PROVIDED RECORDS:
☆ ☆ ☆ ☆

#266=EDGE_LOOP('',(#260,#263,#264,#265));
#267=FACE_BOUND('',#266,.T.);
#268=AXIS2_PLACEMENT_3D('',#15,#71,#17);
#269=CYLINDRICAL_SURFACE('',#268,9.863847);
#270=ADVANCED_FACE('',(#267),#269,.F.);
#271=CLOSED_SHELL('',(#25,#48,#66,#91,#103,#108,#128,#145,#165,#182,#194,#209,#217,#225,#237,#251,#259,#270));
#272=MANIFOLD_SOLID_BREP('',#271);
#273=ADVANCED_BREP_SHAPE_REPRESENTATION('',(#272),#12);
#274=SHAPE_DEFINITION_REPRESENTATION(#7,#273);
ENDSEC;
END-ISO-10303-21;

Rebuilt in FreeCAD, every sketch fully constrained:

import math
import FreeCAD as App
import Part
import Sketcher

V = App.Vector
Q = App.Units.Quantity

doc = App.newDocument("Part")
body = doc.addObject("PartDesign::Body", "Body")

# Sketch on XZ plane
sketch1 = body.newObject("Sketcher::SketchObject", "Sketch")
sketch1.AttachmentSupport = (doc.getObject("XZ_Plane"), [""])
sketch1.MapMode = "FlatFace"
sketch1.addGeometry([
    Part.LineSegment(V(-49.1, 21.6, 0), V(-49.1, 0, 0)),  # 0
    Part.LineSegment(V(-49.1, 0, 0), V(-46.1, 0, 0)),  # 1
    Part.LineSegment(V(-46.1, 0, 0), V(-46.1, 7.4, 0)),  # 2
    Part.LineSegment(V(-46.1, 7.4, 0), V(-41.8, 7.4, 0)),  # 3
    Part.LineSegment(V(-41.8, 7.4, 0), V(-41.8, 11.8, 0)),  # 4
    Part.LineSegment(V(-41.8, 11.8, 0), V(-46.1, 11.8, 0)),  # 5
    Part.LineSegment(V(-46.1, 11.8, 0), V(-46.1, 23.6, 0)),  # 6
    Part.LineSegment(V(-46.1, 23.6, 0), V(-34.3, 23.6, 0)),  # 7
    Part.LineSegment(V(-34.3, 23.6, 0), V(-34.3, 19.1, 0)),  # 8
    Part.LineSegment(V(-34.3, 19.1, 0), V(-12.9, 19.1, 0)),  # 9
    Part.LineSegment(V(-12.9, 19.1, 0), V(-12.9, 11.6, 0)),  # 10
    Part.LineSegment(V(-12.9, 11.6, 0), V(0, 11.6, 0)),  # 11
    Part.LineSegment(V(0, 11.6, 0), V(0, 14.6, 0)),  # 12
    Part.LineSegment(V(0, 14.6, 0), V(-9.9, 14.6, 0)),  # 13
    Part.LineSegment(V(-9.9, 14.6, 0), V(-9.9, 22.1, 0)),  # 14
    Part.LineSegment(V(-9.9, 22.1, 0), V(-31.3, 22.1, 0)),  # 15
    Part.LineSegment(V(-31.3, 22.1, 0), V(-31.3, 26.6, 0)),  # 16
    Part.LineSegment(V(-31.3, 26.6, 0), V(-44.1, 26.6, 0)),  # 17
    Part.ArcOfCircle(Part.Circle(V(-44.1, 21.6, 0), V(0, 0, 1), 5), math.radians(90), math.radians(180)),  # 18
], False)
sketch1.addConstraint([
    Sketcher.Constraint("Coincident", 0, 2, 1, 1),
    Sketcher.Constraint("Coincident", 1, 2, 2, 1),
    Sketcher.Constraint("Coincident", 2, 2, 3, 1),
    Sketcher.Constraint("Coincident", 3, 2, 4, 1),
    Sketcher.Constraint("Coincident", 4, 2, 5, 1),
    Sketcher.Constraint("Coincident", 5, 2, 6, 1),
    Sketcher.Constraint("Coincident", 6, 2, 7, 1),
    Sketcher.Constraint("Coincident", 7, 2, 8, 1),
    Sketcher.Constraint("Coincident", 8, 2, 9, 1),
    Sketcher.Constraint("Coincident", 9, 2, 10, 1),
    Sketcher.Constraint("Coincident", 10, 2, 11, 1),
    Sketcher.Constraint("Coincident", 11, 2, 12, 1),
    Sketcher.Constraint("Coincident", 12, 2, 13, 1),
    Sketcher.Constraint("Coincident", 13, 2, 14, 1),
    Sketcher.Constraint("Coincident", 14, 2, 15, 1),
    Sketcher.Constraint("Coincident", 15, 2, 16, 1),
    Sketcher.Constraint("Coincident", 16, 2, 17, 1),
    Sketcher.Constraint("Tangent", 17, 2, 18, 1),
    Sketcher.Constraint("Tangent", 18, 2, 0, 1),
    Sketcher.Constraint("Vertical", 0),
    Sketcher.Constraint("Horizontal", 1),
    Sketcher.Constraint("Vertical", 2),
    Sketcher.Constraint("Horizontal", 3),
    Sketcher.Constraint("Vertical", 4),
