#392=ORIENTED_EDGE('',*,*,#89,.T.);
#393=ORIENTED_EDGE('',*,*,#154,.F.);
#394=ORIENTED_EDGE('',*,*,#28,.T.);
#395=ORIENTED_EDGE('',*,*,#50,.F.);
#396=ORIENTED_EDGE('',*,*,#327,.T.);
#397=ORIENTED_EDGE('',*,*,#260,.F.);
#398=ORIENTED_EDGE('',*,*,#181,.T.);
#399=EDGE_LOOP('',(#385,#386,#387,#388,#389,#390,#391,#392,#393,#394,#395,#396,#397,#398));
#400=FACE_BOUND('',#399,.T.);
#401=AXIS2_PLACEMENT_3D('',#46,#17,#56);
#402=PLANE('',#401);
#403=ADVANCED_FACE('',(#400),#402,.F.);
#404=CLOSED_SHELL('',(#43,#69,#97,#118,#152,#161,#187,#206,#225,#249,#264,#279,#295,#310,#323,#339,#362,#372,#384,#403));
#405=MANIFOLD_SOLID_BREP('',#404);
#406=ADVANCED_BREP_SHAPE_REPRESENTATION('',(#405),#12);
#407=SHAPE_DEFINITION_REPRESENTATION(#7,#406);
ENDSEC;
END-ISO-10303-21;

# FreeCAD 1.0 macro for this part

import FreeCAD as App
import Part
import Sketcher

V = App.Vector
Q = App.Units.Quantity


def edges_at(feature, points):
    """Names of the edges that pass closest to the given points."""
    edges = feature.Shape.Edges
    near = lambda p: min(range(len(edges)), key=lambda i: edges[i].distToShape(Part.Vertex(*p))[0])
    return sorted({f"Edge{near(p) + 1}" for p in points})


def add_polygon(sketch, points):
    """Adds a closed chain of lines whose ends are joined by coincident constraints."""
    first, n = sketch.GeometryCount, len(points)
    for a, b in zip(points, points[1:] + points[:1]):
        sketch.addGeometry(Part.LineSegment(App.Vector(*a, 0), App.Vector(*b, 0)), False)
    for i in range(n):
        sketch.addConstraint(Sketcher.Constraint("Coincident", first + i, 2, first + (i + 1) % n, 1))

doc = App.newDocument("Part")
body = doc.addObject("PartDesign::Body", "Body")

☆ ☆ ☆ ☆

EXERCISE REQUIREMENTS: Say how many lines of the records include the word "math", and give nothing but the number.

RESPONSE BOX: 2